Collected data:

##############################

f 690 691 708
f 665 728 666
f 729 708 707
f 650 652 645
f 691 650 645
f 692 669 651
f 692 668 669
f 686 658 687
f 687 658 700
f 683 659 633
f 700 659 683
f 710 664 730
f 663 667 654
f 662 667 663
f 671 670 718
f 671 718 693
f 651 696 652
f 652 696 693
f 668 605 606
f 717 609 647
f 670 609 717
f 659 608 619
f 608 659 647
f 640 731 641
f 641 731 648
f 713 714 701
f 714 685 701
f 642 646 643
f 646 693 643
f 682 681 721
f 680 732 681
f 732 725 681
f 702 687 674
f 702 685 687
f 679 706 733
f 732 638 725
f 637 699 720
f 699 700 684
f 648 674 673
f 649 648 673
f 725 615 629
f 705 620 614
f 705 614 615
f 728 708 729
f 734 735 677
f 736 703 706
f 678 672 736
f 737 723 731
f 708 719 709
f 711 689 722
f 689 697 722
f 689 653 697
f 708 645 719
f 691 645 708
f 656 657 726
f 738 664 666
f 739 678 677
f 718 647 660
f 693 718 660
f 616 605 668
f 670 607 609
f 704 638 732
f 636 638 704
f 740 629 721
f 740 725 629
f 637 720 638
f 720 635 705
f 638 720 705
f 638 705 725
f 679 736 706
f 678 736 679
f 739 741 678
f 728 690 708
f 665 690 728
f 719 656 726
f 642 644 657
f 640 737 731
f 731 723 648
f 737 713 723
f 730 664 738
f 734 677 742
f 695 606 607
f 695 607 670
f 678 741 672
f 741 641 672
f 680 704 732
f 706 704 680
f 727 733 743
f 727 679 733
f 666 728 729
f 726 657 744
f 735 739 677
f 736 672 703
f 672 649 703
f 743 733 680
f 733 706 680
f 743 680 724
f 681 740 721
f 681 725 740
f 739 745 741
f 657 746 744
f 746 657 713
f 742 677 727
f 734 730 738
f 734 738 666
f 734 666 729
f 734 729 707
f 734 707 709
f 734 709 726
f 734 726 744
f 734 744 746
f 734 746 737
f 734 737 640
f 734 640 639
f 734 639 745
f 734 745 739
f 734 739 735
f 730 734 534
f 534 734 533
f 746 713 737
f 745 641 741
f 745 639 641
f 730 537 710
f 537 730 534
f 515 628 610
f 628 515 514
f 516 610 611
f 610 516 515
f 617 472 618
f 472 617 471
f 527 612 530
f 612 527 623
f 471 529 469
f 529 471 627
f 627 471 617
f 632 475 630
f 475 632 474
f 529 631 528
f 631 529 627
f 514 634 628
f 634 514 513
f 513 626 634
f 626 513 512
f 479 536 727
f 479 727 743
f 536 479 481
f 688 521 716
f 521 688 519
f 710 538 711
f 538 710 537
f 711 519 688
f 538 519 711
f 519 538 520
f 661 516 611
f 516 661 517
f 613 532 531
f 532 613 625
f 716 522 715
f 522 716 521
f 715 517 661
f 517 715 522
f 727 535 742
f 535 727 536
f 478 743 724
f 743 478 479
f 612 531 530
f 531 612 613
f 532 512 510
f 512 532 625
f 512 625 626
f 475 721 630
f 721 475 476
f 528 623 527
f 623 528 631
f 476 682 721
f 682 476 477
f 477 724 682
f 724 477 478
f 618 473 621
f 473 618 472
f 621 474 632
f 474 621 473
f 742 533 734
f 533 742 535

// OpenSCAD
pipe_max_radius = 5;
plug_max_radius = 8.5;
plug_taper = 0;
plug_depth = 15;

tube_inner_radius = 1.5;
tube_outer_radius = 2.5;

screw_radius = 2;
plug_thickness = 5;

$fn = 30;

##############################

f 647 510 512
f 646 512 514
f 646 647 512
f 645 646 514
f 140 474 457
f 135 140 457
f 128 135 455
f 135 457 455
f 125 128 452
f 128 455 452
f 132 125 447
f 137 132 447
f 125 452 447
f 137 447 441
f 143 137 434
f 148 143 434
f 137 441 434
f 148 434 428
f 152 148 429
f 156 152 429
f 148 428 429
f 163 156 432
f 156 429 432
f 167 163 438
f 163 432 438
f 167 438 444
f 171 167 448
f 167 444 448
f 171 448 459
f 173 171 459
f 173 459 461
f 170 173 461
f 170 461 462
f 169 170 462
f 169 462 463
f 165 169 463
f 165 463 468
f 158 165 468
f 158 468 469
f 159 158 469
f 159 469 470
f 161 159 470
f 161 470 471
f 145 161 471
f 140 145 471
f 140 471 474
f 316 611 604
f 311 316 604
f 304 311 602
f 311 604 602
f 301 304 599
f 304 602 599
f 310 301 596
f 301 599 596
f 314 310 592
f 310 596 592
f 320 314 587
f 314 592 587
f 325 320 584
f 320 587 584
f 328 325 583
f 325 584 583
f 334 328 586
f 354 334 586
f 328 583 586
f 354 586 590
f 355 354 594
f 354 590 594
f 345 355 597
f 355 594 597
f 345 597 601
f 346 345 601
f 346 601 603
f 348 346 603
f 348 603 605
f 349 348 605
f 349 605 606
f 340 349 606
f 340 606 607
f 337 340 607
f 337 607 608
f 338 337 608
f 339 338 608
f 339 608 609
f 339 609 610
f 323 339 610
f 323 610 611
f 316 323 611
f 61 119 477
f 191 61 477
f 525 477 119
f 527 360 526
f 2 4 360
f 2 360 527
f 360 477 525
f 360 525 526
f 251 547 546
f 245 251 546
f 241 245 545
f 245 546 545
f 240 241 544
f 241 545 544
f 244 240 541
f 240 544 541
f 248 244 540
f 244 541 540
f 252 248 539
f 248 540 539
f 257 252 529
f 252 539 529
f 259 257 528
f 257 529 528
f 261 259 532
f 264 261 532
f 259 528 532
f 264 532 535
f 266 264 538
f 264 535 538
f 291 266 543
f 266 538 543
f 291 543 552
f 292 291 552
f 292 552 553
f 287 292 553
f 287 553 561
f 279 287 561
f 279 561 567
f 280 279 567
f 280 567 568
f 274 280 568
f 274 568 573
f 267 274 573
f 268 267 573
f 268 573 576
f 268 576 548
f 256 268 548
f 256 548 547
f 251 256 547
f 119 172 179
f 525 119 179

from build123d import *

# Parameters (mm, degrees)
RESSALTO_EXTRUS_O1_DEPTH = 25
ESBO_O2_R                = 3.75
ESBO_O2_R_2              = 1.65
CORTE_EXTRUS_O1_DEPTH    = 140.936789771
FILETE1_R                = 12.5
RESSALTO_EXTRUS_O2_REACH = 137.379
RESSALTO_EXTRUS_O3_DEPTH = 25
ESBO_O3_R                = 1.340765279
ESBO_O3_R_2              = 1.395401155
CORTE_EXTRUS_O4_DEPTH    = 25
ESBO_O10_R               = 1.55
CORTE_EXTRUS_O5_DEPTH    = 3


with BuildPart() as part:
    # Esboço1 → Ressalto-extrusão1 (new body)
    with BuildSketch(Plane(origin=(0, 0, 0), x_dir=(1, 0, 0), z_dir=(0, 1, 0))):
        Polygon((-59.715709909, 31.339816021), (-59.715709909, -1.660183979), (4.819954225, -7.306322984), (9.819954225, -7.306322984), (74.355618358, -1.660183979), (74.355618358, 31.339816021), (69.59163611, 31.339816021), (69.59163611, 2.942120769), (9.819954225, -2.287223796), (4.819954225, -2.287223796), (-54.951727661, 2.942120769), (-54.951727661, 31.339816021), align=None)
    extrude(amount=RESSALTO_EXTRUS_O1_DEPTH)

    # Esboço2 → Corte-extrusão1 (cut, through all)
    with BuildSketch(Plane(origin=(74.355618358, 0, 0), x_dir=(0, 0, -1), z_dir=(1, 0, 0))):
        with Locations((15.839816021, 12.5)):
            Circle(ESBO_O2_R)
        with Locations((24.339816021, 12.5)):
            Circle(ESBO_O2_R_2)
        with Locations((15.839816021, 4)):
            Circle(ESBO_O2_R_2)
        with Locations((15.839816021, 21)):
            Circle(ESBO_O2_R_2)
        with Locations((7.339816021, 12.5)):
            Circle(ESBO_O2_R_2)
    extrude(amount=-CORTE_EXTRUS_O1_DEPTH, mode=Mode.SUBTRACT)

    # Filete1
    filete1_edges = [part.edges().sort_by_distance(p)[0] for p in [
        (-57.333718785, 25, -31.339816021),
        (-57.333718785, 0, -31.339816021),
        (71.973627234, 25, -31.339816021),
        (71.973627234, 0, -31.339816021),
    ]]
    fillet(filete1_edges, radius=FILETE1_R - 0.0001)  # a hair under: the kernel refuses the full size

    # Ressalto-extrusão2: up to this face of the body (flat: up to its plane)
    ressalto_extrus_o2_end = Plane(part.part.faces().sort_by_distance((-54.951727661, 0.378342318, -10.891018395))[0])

##############################

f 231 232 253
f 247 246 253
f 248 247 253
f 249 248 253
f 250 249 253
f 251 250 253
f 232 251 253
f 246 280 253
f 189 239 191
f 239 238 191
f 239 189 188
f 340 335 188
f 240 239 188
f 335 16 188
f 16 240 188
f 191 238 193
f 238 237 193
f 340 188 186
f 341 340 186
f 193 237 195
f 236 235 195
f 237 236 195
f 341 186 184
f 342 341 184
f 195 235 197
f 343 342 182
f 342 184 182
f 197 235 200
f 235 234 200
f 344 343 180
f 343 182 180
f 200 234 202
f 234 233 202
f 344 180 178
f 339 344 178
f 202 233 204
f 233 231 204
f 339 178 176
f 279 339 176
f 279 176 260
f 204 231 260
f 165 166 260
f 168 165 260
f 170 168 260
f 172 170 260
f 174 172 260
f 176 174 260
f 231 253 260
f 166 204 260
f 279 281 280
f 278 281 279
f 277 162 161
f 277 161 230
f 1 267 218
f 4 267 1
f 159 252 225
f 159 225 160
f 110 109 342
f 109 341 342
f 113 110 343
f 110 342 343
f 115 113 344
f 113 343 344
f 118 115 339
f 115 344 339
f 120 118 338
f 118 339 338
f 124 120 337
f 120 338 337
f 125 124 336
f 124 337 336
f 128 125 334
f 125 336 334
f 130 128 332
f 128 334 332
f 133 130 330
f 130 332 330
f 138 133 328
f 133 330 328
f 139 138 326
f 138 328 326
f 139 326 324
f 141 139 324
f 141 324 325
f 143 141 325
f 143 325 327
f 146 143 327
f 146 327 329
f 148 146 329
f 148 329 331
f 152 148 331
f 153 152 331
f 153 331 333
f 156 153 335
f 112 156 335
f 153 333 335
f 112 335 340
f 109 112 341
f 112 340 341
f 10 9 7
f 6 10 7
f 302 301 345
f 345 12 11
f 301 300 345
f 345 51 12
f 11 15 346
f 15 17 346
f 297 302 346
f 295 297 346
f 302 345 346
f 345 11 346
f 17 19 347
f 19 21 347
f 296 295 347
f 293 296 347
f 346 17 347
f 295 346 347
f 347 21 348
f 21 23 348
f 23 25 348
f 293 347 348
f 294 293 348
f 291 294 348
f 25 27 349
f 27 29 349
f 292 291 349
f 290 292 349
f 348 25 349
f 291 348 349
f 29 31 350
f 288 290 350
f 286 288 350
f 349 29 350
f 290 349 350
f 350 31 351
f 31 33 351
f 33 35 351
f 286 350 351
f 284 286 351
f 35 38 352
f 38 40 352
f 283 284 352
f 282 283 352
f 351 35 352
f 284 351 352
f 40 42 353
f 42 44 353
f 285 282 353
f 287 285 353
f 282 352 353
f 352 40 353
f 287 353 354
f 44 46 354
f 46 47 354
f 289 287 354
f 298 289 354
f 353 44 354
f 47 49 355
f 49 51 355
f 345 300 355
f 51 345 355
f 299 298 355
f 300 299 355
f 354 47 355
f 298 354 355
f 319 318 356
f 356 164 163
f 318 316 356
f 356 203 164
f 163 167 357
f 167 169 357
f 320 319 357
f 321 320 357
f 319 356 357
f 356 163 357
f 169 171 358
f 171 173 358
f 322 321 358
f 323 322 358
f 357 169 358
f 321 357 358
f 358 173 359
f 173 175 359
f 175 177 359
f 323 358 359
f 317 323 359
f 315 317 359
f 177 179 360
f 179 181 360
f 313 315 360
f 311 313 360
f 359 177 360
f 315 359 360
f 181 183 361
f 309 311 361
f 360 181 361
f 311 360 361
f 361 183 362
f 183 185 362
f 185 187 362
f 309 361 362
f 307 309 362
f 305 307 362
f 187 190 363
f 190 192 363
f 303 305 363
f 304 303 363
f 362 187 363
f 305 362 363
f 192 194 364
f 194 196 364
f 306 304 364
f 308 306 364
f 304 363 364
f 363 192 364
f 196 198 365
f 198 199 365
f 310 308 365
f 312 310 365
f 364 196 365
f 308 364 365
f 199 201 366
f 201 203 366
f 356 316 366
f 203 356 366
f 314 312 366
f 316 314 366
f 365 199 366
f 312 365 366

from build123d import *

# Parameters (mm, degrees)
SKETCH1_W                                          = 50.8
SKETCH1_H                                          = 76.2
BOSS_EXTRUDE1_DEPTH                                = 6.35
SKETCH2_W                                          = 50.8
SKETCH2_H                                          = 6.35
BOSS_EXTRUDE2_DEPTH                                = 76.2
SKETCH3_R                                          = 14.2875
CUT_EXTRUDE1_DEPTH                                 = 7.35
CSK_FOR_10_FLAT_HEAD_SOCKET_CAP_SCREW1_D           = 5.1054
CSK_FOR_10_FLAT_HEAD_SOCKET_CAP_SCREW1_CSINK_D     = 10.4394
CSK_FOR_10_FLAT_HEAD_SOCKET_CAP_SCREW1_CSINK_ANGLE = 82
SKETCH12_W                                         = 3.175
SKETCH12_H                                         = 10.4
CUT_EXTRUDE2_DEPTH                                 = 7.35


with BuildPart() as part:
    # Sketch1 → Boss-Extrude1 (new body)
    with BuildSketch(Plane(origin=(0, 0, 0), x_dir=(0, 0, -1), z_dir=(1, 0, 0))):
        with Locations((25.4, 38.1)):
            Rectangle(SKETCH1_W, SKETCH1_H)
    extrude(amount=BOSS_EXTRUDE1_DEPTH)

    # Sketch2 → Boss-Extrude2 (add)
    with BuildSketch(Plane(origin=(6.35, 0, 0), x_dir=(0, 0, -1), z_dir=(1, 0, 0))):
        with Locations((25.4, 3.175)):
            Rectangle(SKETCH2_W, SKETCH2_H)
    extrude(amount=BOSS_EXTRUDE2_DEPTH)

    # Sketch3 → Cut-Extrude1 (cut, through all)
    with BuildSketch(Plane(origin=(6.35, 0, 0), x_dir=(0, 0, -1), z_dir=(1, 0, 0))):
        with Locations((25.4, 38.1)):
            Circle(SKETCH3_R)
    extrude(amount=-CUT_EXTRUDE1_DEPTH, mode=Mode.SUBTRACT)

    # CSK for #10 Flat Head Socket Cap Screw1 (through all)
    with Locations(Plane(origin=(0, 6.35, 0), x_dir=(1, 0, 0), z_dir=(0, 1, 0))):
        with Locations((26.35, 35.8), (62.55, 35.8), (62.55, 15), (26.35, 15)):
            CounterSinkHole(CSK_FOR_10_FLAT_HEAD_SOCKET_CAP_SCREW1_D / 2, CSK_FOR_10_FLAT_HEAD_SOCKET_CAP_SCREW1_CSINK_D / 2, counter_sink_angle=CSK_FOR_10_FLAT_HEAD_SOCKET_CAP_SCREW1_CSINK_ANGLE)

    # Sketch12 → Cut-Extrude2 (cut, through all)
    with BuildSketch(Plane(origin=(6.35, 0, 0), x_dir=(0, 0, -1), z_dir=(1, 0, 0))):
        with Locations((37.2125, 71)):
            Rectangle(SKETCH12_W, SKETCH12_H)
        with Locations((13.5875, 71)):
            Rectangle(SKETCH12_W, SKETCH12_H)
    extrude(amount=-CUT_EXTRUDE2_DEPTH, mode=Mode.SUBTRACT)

##############################

What is expected: From the records above, print only the lines between the one holding "f 690 691 708" and the one holding "f 705 614 615", inclusive, exactly as they stand.

Response to the task:
f 690 691 708
f 665 728 666
f 729 708 707
f 650 652 645
f 691 650 645
f 692 669 651
f 692 668 669
f 686 658 687
f 687 658 700
f 683 659 633
f 700 659 683
f 710 664 730
f 663 667 654
f 662 667 663
f 671 670 718
f 671 718 693
f 651 696 652
f 652 696 693
f 668 605 606
f 717 609 647
f 670 609 717
f 659 608 619
f 608 659 647
f 640 731 641
f 641 731 648
f 713 714 701
f 714 685 701
f 642 646 643
f 646 693 643
f 682 681 721
f 680 732 681
f 732 725 681
f 702 687 674
f 702 685 687
f 679 706 733
f 732 638 725
f 637 699 720
f 699 700 684
f 648 674 673
f 649 648 673
f 725 615 629
f 705 620 614
f 705 614 615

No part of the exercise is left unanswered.